Calculating loan + interest recursively

Question

I am trying to calculate a loan amount where the total principle depends on the payment amount.

Here's a simple example, leaving aside that a) no bank would actually do this, and b) my income is not specified:

I have $0 in the bank right now. I want to take out a loan for a $100 car, for which I will be making a regular annual payment, starting at the end of year 0 with an interest-only payment. My loan rate is 5%. In order to qualify for the loan, the bank wants to make sure that I have a balance equal to twice my annual payment amount throughout the life of the loan.

If I borrow exactly $100, my payment at the end of year 0 would be $5 ($100 x 5%). However, I need to borrow a little extra so that I have a $10 balance in the account (to satisfy the requirement that I maintain a balance of twice my annual payment). This means I actually need a loan of $110. However, a loan of $110 actually raises my payment amount to $5.50, which means I need to maintain a balance of $11 in my account.

This means that I actually need to borrow $111 to begin with, which raises my payment to $5.55, which means I actually need to borrow $111.10, etc.

I have worked it out to a summation that resembles the following, although I can't be certain this is accurate:

$$\sum_{n=1}^x (x-1-n)r^n$$

Where $r$ is the interest rate

I believe this would allow for me to iterate $x$ number of times over a formula that sums the additional principle needed for each incremental amount of interest.

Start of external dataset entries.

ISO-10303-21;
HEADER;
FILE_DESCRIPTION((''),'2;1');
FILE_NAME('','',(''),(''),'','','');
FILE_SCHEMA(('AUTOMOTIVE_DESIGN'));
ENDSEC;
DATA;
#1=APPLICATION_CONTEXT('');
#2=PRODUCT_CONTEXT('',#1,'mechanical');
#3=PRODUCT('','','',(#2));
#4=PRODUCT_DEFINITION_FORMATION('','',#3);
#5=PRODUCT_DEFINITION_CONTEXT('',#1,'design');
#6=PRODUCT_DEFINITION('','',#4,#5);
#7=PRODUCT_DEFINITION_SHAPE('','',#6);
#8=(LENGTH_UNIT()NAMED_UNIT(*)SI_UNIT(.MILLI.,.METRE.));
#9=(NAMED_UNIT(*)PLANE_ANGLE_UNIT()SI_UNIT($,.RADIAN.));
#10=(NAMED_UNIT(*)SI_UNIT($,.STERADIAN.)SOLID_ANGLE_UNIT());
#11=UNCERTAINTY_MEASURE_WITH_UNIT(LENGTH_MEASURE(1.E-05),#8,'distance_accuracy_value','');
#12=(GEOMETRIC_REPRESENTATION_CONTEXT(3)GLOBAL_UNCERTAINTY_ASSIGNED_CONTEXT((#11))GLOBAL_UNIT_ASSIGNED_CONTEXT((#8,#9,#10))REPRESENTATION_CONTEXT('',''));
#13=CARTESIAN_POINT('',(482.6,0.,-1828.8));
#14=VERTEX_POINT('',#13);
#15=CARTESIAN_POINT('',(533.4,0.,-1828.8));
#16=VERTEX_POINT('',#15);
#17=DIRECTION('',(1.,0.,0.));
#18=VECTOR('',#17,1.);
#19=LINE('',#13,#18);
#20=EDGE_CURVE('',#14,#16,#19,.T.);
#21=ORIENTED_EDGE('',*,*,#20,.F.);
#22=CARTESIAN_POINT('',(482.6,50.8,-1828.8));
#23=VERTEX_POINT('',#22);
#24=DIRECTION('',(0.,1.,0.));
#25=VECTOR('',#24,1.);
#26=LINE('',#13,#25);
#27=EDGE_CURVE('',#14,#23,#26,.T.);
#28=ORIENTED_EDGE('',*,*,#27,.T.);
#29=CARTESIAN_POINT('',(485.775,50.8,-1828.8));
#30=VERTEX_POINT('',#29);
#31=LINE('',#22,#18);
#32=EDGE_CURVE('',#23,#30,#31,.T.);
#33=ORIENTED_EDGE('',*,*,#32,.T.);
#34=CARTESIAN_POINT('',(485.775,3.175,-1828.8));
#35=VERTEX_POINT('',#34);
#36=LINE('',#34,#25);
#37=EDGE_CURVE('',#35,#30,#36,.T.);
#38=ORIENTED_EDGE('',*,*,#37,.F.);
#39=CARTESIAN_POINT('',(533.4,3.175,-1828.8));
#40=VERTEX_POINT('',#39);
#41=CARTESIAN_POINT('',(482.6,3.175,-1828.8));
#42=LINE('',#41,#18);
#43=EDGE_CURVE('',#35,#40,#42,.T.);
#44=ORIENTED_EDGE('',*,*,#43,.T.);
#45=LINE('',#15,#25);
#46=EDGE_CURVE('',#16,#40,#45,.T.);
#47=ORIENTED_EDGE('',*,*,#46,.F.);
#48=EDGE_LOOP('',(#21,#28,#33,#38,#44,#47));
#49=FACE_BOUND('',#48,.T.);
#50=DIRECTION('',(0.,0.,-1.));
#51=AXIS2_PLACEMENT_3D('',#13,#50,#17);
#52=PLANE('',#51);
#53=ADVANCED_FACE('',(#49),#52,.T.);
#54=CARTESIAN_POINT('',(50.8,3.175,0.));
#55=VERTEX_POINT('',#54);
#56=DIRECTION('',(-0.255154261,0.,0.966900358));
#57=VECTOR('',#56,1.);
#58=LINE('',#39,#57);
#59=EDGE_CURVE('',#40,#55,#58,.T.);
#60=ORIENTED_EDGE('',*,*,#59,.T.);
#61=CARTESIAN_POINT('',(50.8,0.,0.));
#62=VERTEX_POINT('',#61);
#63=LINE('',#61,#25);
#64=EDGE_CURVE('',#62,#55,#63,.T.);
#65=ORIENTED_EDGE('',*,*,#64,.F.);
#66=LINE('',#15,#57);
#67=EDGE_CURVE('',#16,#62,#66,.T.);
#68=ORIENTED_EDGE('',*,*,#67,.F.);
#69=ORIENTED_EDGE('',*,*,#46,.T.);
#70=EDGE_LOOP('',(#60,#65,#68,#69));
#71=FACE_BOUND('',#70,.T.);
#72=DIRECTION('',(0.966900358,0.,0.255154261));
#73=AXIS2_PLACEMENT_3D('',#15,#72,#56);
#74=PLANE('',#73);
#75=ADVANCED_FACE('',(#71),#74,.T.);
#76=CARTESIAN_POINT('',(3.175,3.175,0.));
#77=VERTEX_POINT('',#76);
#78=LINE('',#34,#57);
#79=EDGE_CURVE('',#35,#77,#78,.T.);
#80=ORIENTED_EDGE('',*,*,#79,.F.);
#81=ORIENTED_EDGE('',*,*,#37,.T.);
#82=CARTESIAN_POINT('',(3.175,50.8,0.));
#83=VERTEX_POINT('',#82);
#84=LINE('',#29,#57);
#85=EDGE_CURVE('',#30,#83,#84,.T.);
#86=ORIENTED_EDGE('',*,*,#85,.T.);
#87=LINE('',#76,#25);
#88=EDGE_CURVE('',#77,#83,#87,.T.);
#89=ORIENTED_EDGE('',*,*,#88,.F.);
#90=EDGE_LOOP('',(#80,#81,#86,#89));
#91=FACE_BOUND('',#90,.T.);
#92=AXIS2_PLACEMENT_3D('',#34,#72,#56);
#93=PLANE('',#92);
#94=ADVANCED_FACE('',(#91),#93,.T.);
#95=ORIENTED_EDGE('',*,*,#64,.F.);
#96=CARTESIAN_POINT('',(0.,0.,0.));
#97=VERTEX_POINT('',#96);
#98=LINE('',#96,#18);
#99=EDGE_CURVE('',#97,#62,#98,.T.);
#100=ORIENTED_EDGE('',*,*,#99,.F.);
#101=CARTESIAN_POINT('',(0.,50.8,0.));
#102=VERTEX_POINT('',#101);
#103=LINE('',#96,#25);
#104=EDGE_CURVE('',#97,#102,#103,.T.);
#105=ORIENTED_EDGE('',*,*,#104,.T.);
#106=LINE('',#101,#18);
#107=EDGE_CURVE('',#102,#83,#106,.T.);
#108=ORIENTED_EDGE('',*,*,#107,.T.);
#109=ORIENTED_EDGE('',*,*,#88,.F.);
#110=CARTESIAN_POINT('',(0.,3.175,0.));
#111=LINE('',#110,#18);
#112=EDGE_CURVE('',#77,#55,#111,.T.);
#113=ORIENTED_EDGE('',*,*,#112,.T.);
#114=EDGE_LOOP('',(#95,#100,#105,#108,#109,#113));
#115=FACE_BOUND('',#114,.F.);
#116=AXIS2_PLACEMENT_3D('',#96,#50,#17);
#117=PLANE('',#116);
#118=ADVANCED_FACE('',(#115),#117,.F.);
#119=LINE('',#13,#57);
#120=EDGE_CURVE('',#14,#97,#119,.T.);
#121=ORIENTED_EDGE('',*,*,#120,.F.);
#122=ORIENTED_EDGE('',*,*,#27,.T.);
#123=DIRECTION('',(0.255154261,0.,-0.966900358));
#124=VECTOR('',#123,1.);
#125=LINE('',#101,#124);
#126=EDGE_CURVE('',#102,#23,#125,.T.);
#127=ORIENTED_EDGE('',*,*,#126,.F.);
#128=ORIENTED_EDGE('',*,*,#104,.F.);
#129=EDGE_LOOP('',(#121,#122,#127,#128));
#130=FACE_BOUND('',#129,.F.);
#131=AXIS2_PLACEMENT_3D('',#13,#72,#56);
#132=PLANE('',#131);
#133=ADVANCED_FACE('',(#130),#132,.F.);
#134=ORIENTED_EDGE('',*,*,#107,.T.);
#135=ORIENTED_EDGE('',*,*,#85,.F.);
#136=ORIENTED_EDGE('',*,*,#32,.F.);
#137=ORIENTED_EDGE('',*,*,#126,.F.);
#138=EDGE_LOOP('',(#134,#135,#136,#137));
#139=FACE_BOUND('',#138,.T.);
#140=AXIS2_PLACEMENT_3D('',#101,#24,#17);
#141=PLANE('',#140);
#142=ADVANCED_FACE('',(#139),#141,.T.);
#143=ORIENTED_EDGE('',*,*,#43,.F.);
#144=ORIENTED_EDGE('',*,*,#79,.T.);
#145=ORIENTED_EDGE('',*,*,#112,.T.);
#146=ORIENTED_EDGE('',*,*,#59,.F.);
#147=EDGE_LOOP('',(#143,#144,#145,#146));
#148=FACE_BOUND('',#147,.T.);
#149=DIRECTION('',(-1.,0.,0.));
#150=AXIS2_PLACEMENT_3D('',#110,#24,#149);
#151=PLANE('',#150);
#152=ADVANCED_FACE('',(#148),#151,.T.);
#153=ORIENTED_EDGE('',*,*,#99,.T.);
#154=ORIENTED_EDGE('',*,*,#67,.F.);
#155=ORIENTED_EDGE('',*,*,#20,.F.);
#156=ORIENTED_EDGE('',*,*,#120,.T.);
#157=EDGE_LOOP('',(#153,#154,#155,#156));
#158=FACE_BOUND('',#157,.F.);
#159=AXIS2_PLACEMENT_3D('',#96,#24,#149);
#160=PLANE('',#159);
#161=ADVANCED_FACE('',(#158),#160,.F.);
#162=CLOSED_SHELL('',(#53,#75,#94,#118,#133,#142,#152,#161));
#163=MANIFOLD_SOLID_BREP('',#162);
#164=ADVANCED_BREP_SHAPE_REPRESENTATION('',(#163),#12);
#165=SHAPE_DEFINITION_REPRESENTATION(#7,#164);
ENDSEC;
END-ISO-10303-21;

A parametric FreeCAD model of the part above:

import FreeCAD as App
import Part
import Sketcher

V = App.Vector
Q = App.Units.Quantity


def add_polygon(sketch, points):
    """Adds a closed chain of lines whose ends are joined by coincident constraints."""
    first, n = sketch.GeometryCount, len(points)
    for a, b in zip(points, points[1:] + points[:1]):
        sketch.addGeometry(Part.LineSegment(App.Vector(*a, 0), App.Vector(*b, 0)), False)
    for i in range(n):
        sketch.addConstraint(Sketcher.Constraint("Coincident", first + i, 2, first + (i + 1) % n, 1))

doc = App.newDocument("Part")
body = doc.addObject("PartDesign::Body", "Body")

sketch1 = doc.addObject("Sketcher::SketchObject", "Sketch")
body.addObject(sketch1)
sketch1.AttachmentSupport = (doc.XZ_Plane, [""])
sketch1.MapMode = "FlatFace"
add_polygon(sketch1, [(533, -1829), (483, -1829), (0, 0), (51, 0)])
sketch1.addConstraint(Sketcher.Constraint("Horizontal", 0))
sketch1.addConstraint(Sketcher.Constraint("Horizontal", 2))
sketch1.addConstraint(Sketcher.Constraint("Coincident", 1, 2, -1, 1))
sketch1.addConstraint(Sketcher.Constraint("Parallel", 1, 3))
sketch1.addConstraint(Sketcher.Constraint("DistanceX", 0, 2, 0, 1, Q("2 in")))
sketch1.addConstraint(Sketcher.Constraint("DistanceX", -1, 1, 0, 2, Q("19 in")))
sketch1.addConstraint(Sketcher.Constraint("DistanceY", 0, 2, -1, 1, Q("72 in")))
pad1 = doc.addObject("PartDesign::Pad", "Pad")
body.addObject(pad1)
pad1.Profile = sketch1
pad1.Length = Q("0.125 in")
pad1.Reversed = True

sketch2 = doc.addObject("Sketcher::SketchObject", "Sketch001")
body.addObject(sketch2)
sketch2.AttachmentSupport = (doc.XZ_Plane, [""])
sketch2.MapMode = "FlatFace"
sketch2.AttachmentOffset = App.Placement(V(0, 0, -0.125 * 25.4), App.Rotation())
add_polygon(sketch2, [(482.6, -1828.8), (0, 0), (3.2, 0), (485.8, -1828.8)])
sketch2.addConstraint(Sketcher.Constraint("Horizontal", 1))
sketch2.addConstraint(Sketcher.Constraint("Horizontal", 3))
sketch2.addConstraint(Sketcher.Constraint("Coincident", 0, 2, -1, 1))
sketch2.addConstraint(Sketcher.Constraint("Parallel", 0, 2))
sketch2.addConstraint(Sketcher.Constraint("DistanceX", 1, 1, 1, 2, Q("0.125 in")))
sketch2.addConstraint(Sketcher.Constraint("DistanceY", 2, 2, -1, 1, Q("72 in")))
sketch2.addConstraint(Sketcher.Constraint("DistanceX", -1, 1, 3, 2, Q("19 in")))
pad2 = doc.addObject("PartDesign::Pad", "Pad001")
body.addObject(pad2)
pad2.Profile = sketch2
pad2.Length = Q("1.875 in")
pad2.Reversed = True

doc.recompute()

However, I'm not sure how to carry this out to infinity.

Ultimately, I need to plug this into Excel as part of a cash flow, but I wanted to think through the math first.

Any ideas?

Answer 1

Assuming that I finally understood the problem correctly, the math is as follows.

Let $M$ be the money you need to spend, $L$ be the money borrowed, $r$ the monthly interest rate, $K$ the ratio of the required balance to the monthly payment. Your monthly payment (interest only) is $Lr$. You need to have the balance $KLr$ (which you never touch). You have nothing now and have to spend $M$ right away. The leftover from the loan is $L-M$, so we must have $L-M=KLr$, i.e., $L=M/(1-Kr)$.

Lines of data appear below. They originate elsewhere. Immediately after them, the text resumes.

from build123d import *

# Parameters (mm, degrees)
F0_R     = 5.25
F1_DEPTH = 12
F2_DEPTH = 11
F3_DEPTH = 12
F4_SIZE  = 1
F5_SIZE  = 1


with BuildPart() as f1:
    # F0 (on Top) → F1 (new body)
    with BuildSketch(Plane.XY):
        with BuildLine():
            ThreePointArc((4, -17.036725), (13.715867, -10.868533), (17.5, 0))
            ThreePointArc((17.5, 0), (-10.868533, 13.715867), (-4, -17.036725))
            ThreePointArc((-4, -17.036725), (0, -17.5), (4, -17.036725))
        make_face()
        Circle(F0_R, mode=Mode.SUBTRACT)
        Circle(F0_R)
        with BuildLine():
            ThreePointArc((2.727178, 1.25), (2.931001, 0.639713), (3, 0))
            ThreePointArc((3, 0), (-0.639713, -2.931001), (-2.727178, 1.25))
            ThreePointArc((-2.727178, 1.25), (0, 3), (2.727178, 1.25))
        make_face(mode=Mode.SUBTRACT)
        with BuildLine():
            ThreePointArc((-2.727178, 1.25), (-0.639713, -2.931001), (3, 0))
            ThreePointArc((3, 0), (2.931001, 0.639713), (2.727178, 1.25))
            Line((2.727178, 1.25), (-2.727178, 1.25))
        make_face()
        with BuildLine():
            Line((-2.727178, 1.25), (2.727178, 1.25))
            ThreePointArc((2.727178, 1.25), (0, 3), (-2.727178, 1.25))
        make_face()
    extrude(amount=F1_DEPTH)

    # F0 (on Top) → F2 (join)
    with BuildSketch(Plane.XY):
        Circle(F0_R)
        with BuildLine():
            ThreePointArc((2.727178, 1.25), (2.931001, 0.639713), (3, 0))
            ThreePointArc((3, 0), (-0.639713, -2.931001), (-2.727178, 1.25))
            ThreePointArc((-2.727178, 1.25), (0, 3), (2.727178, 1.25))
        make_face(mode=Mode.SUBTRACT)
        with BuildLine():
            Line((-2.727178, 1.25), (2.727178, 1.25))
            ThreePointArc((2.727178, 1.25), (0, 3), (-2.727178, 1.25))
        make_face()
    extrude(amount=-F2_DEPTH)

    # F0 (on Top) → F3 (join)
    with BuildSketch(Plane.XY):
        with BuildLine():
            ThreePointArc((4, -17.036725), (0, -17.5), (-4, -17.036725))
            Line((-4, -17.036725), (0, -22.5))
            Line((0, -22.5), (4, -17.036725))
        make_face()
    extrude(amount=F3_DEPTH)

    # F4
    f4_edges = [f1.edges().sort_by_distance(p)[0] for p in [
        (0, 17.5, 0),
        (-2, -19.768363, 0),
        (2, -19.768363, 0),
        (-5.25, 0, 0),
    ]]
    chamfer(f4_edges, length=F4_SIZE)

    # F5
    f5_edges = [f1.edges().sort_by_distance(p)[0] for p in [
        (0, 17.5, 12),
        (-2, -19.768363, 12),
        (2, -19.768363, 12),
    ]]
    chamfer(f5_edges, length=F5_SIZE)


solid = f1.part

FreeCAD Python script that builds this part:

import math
import FreeCAD as App
import Part
import Sketcher
from FreeCAD import Vector
Q = App.Units.Quantity


def edges_at(feature, points):
    """Names of the edges that pass closest to the given points."""
    edges = feature.Shape.Edges
    near = lambda p: min(range(len(edges)), key=lambda i: edges[i].distToShape(Part.Vertex(*p))[0])
    return sorted({f"Edge{near(p) + 1}" for p in points})

doc = App.newDocument("Part")
body = doc.addObject("PartDesign::Body", "Body")

sketch1 = doc.addObject("Sketcher::SketchObject", "Sketch")
body.addObject(sketch1)
sketch1.AttachmentSupport = (doc.XY_Plane, [""])
sketch1.MapMode = "FlatFace"
sketch1.addGeometry([
    Part.ArcOfCircle(Part.Circle(Vector(0, 0, 0), Vector(0, 0, 1), 17), math.radians(-77), math.radians(0)),
    Part.ArcOfCircle(Part.Circle(Vector(0, 0, 0), Vector(0, 0, 1), 18), math.radians(0), math.radians(257)),
    Part.ArcOfCircle(Part.Circle(Vector(0, 0, 0), Vector(0, 0, 1), 17), math.radians(-103), math.radians(-77)),
], False)
sketch1.addConstraint([
    Sketcher.Constraint("Tangent", 0, 2, 1, 1),
    Sketcher.Constraint("Tangent", 1, 2, 2, 1),
    Sketcher.Constraint("Tangent", 2, 2, 0, 1),
    Sketcher.Constraint("Coincident", 0, 3, -1, 1),
    Sketcher.Constraint("PointOnObject", 0, 2, -1),
    Sketcher.Constraint("Horizontal", 1, 2, 2, 2),
    Sketcher.Constraint("Radius", 0, Q("17.499998 mm")),
    Sketcher.Constraint("DistanceX", 1, 2, -1, 1, Q("4 mm")),
])
pad1 = doc.addObject("PartDesign::Pad", "Pad")
body.addObject(pad1)
pad1.Profile = sketch1
pad1.Length = 12

sketch2 = doc.addObject("Sketcher::SketchObject", "Sketch001")
body.addObject(sketch2)
sketch2.AttachmentSupport = (doc.XY_Plane, [""])
sketch2.MapMode = "FlatFace"
sketch2.addGeometry([
    Part.Circle(Vector(0, 0, 0), Vector(0, 0, 1), 5.2),
    Part.ArcOfCircle(Part.Circle(Vector(0, 0, 0), Vector(0, 0, 1), 3), math.radians(155), math.radians(360)),
    Part.LineSegment(Vector(-2.7, 1.2, 0), Vector(2.7, 1.2, 0)),
    Part.ArcOfCircle(Part.Circle(Vector(0, 0, 0), Vector(0, 0, 1), 3), math.radians(0), math.radians(25)),
], False)
sketch2.addConstraint([
    Sketcher.Constraint("Coincident", 1, 1, 2, 1),
    Sketcher.Constraint("Coincident", 2, 2, 3, 2),
    Sketcher.Constraint("Tangent", 3, 1, 1, 2),
    Sketcher.Constraint("Horizontal", 2),
    Sketcher.Constraint("Coincident", 0, 3, -1, 1),
    Sketcher.Constraint("Coincident", 1, 3, -1, 1),
    Sketcher.Constraint("PointOnObject", 3, 1, -1),
    Sketcher.Constraint("Radius", 1, Q("3 mm")),
    Sketcher.Constraint("Diameter", 0, Q("10.5 mm")),
    Sketcher.Constraint("DistanceY", -1, 1, 1, 1, Q("1.25 mm")),
    Sketcher.Constraint("Radius", 3, Q("3.000002 mm")),
])
pad2 = doc.addObject("PartDesign::Pad", "Pad001")
body.addObject(pad2)
pad2.Profile = sketch2
pad2.Length = 11
pad2.Reversed = True

sketch3 = doc.addObject("Sketcher::SketchObject", "Sketch002")
body.addObject(sketch3)
sketch3.AttachmentSupport = (doc.XY_Plane, [""])
sketch3.MapMode = "FlatFace"
sketch3.addGeometry([
    Part.ArcOfCircle(Part.Circle(Vector(0, 0, 0), Vector(0, 0, 1), 17), math.radians(-103), math.radians(-77)),
    Part.LineSegment(Vector(-4, -17, 0), Vector(0, -22, 0)),
    Part.LineSegment(Vector(0, -22, 0), Vector(4, -17, 0)),
], False)
sketch3.addConstraint([
    Sketcher.Constraint("Coincident", 0, 1, 1, 1),
    Sketcher.Constraint("Coincident", 1, 2, 2, 1),
    Sketcher.Constraint("Coincident", 2, 2, 0, 2),
    Sketcher.Constraint("Coincident", 0, 3, -1, 1),
    Sketcher.Constraint("PointOnObject", 1, 2, -2),
    Sketcher.Constraint("Horizontal", 0, 1, 2, 2),
    Sketcher.Constraint("Radius", 0, Q("17.499999 mm")),
    Sketcher.Constraint("DistanceX", 0, 1, -1, 1, Q("4 mm")),
    Sketcher.Constraint("DistanceY", 1, 2, -1, 1, Q("22.5 mm")),
])
pad3 = doc.addObject("PartDesign::Pad", "Pad002")
body.addObject(pad3)
pad3.Profile = sketch3
pad3.Length = 12
doc.recompute()

chamfer = doc.addObject("PartDesign::Chamfer", "Chamfer")
body.addObject(chamfer)
chamfer.Base = (pad3, edges_at(pad3, [
    (-10.869, 13.716, 0),
    (-2, -19.768, 0),
    (2, -19.768, 0),
    (-5.25, 0, 0),
]))
chamfer.Size = 1
doc.recompute()

chamfer2 = doc.addObject("PartDesign::Chamfer", "Chamfer001")
body.addObject(chamfer2)
chamfer2.Base = (chamfer, edges_at(chamfer, [(-10.869, 13.716, 12), (-2, -19.768, 12), (2, -19.768, 12)]))
chamfer2.Size = 1

doc.recompute()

Of course, this works under the assumptions I described. Other strategies may result in a different answer.

Answer 2

In the Wikipedia article you link to, cash on hand does not increase the DSCR. Unless the cash generates income, borrowing more lowers the DSCR by the ratio of the new payment to the old payment. If the cash can generate income greater than the old DSCR times the payment, borrowing will help the DSCR. The new income enters into the Annual Net Income term.

If I inherit a bunch of money, but deposit it at zero interest, my DSCR doesn't change. Paying down the loan in a way that lowers the payment would help.

Answer 3

Rearrange summation into simpler terms:

$$\sum_{n=1}^x (x-1-n)r^n$$

$$\sum_{n=1}^x (x - 1)r^n - \sum_{n=1}^x nr^n$$

$$(x - 1)\sum_{n=1}^xr^n - \sum_{n=1}^x nr^n$$

Carry out to infinity, as you ask:

$$\lim_{x\to\infty}\left[(x - 1)\sum_{n=1}^xr^n - \sum_{n=1}^x nr^n\right]$$

Now we look here for the closed forms of these finite sum series.

$$\lim_{x\to\infty}\left[(x - 1)\left(\frac{1 - r^{x+1}}{1 - r} - 1\right) - r\frac{1-(x+1)r^x+xr^{x+1}}{(1-r)^2}\right]$$

But unfortunately, it looks like this won't converge to a limit. Since $0 \leq r < 1$, the $r^x$ and $r^{x+1}$ factors vanish and we are left with:

$$\lim_{x\to\infty}\left[(x - 1)\left(\frac{1}{1 - r} - 1\right) - r\frac{1}{(1-r)^2}\right]$$

This is just $Ax + B$ which has no limit as $x$ grows large.

But maybe the above ideas hint you in the direction of finding a closed form for your calculation so that you can avoid iterating or recursing.